§ WHAT IS NEEDED: Here are some entries. Repeat all of them exactly.

»»

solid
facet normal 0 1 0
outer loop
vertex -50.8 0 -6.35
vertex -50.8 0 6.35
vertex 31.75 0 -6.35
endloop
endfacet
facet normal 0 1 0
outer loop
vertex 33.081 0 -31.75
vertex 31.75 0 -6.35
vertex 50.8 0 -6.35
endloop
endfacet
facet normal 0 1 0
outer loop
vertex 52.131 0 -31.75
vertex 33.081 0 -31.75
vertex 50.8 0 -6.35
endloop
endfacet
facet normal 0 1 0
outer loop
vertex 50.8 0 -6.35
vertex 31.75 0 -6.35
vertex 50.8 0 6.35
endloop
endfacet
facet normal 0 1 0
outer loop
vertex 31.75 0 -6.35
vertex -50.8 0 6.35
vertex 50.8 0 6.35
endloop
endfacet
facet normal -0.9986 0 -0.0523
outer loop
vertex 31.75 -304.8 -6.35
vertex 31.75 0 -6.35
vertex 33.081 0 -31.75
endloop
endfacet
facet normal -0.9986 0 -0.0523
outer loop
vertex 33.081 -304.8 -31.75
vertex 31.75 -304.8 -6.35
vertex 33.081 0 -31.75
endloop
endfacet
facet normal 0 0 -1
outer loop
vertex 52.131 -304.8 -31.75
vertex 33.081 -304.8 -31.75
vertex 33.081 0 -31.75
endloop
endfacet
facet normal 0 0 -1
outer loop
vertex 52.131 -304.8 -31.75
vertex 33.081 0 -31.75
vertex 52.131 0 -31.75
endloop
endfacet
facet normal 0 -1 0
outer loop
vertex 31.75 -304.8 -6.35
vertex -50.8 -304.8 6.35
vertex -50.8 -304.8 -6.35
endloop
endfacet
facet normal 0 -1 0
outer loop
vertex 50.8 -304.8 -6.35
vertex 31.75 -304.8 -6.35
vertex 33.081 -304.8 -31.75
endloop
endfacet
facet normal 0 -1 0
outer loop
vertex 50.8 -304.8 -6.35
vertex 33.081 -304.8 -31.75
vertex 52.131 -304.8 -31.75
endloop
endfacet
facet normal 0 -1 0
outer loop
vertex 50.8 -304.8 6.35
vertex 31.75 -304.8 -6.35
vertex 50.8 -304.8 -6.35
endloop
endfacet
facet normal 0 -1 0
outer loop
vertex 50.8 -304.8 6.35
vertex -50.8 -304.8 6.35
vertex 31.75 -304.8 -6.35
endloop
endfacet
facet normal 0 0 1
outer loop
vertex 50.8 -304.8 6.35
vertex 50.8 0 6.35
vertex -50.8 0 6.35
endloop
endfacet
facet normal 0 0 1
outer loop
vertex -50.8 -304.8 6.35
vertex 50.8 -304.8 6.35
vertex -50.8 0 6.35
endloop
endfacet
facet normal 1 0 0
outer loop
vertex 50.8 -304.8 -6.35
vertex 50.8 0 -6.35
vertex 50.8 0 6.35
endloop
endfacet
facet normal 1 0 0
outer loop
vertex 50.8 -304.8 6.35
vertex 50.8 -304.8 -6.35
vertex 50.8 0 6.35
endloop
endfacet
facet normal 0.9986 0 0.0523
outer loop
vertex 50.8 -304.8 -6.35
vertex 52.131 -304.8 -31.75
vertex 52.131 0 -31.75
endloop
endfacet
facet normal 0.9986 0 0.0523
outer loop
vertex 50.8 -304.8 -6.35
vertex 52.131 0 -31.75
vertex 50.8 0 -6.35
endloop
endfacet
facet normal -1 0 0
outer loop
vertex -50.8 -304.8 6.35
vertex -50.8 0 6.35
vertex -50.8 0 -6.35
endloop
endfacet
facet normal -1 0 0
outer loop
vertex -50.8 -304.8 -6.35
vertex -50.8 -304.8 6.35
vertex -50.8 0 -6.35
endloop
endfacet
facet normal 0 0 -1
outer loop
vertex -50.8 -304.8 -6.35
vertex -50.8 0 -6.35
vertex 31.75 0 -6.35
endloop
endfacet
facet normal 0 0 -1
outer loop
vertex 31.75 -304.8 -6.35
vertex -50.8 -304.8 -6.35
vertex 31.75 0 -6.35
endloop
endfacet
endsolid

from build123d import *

# Parameters (mm, degrees)
F1_DEPTH = 304.8
F2_DEPTH = 304.8


with BuildPart() as f1:
    # F0 (on Front) → F1 (new body)
    with BuildSketch(Plane.XZ):
        Polygon((31.75, -6.35), (50.8, -6.35), (50.8, 6.35), (-50.8, 6.35), (-50.8, -6.35), align=None)
    extrude(amount=F1_DEPTH)

    # F0 (on Front) → F2 (join)
    with BuildSketch(Plane.XZ):
        Polygon((52.131158, -31.75), (50.8, -6.35), (31.75, -6.35), (33.081158, -31.75), align=None)
    extrude(amount=F2_DEPTH)


solid = f1.part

««

§ PROBLEM SOLUTION:
solid
facet normal 0 1 0
outer loop
vertex -50.8 0 -6.35
vertex -50.8 0 6.35
vertex 31.75 0 -6.35
endloop
endfacet
facet normal 0 1 0
outer loop
vertex 33.081 0 -31.75
vertex 31.75 0 -6.35
vertex 50.8 0 -6.35
endloop
endfacet
facet normal 0 1 0
outer loop
vertex 52.131 0 -31.75
vertex 33.081 0 -31.75
vertex 50.8 0 -6.35
endloop
endfacet
facet normal 0 1 0
outer loop
vertex 50.8 0 -6.35
vertex 31.75 0 -6.35
vertex 50.8 0 6.35
endloop
endfacet
facet normal 0 1 0
outer loop
vertex 31.75 0 -6.35
vertex -50.8 0 6.35
vertex 50.8 0 6.35
endloop
endfacet
facet normal -0.9986 0 -0.0523
outer loop
vertex 31.75 -304.8 -6.35
vertex 31.75 0 -6.35
vertex 33.081 0 -31.75
endloop
endfacet
facet normal -0.9986 0 -0.0523
outer loop
vertex 33.081 -304.8 -31.75
vertex 31.75 -304.8 -6.35
vertex 33.081 0 -31.75
endloop
endfacet
facet normal 0 0 -1
outer loop
vertex 52.131 -304.8 -31.75
vertex 33.081 -304.8 -31.75
vertex 33.081 0 -31.75
endloop
endfacet
facet normal 0 0 -1
outer loop
vertex 52.131 -304.8 -31.75
vertex 33.081 0 -31.75
vertex 52.131 0 -31.75
endloop
endfacet
facet normal 0 -1 0
outer loop
vertex 31.75 -304.8 -6.35
vertex -50.8 -304.8 6.35
vertex -50.8 -304.8 -6.35
endloop
endfacet
facet normal 0 -1 0
outer loop
vertex 50.8 -304.8 -6.35
vertex 31.75 -304.8 -6.35
vertex 33.081 -304.8 -31.75
endloop
endfacet
facet normal 0 -1 0
outer loop
vertex 50.8 -304.8 -6.35
vertex 33.081 -304.8 -31.75
vertex 52.131 -304.8 -31.75
endloop
endfacet
facet normal 0 -1 0
outer loop
vertex 50.8 -304.8 6.35
vertex 31.75 -304.8 -6.35
vertex 50.8 -304.8 -6.35
endloop
endfacet
facet normal 0 -1 0
outer loop
vertex 50.8 -304.8 6.35
vertex -50.8 -304.8 6.35
vertex 31.75 -304.8 -6.35
endloop
endfacet
facet normal 0 0 1
outer loop
vertex 50.8 -304.8 6.35
vertex 50.8 0 6.35
vertex -50.8 0 6.35
endloop
endfacet
facet normal 0 0 1
outer loop
vertex -50.8 -304.8 6.35
vertex 50.8 -304.8 6.35
vertex -50.8 0 6.35
endloop
endfacet
facet normal 1 0 0
outer loop
vertex 50.8 -304.8 -6.35
vertex 50.8 0 -6.35
vertex 50.8 0 6.35
endloop
endfacet
facet normal 1 0 0
outer loop
vertex 50.8 -304.8 6.35
vertex 50.8 -304.8 -6.35
vertex 50.8 0 6.35
endloop
endfacet
facet normal 0.9986 0 0.0523
outer loop
vertex 50.8 -304.8 -6.35
vertex 52.131 -304.8 -31.75
vertex 52.131 0 -31.75
endloop
endfacet
facet normal 0.9986 0 0.0523
outer loop
vertex 50.8 -304.8 -6.35
vertex 52.131 0 -31.75
vertex 50.8 0 -6.35
endloop
endfacet
facet normal -1 0 0
outer loop
vertex -50.8 -304.8 6.35
vertex -50.8 0 6.35
vertex -50.8 0 -6.35
endloop
endfacet
facet normal -1 0 0
outer loop
vertex -50.8 -304.8 -6.35
vertex -50.8 -304.8 6.35
vertex -50.8 0 -6.35
endloop
endfacet
facet normal 0 0 -1
outer loop
vertex -50.8 -304.8 -6.35
vertex -50.8 0 -6.35
vertex 31.75 0 -6.35
endloop
endfacet
facet normal 0 0 -1
outer loop
vertex 31.75 -304.8 -6.35
vertex -50.8 -304.8 -6.35
vertex 31.75 0 -6.35
endloop
endfacet
endsolid

from build123d import *

# Parameters (mm, degrees)
F1_DEPTH = 304.8
F2_DEPTH = 304.8


with BuildPart() as f1:
    # F0 (on Front) → F1 (new body)
    with BuildSketch(Plane.XZ):
        Polygon((31.75, -6.35), (50.8, -6.35), (50.8, 6.35), (-50.8, 6.35), (-50.8, -6.35), align=None)
    extrude(amount=F1_DEPTH)

    # F0 (on Front) → F2 (join)
    with BuildSketch(Plane.XZ):
        Polygon((52.131158, -31.75), (50.8, -6.35), (31.75, -6.35), (33.081158, -31.75), align=None)
    extrude(amount=F2_DEPTH)


solid = f1.part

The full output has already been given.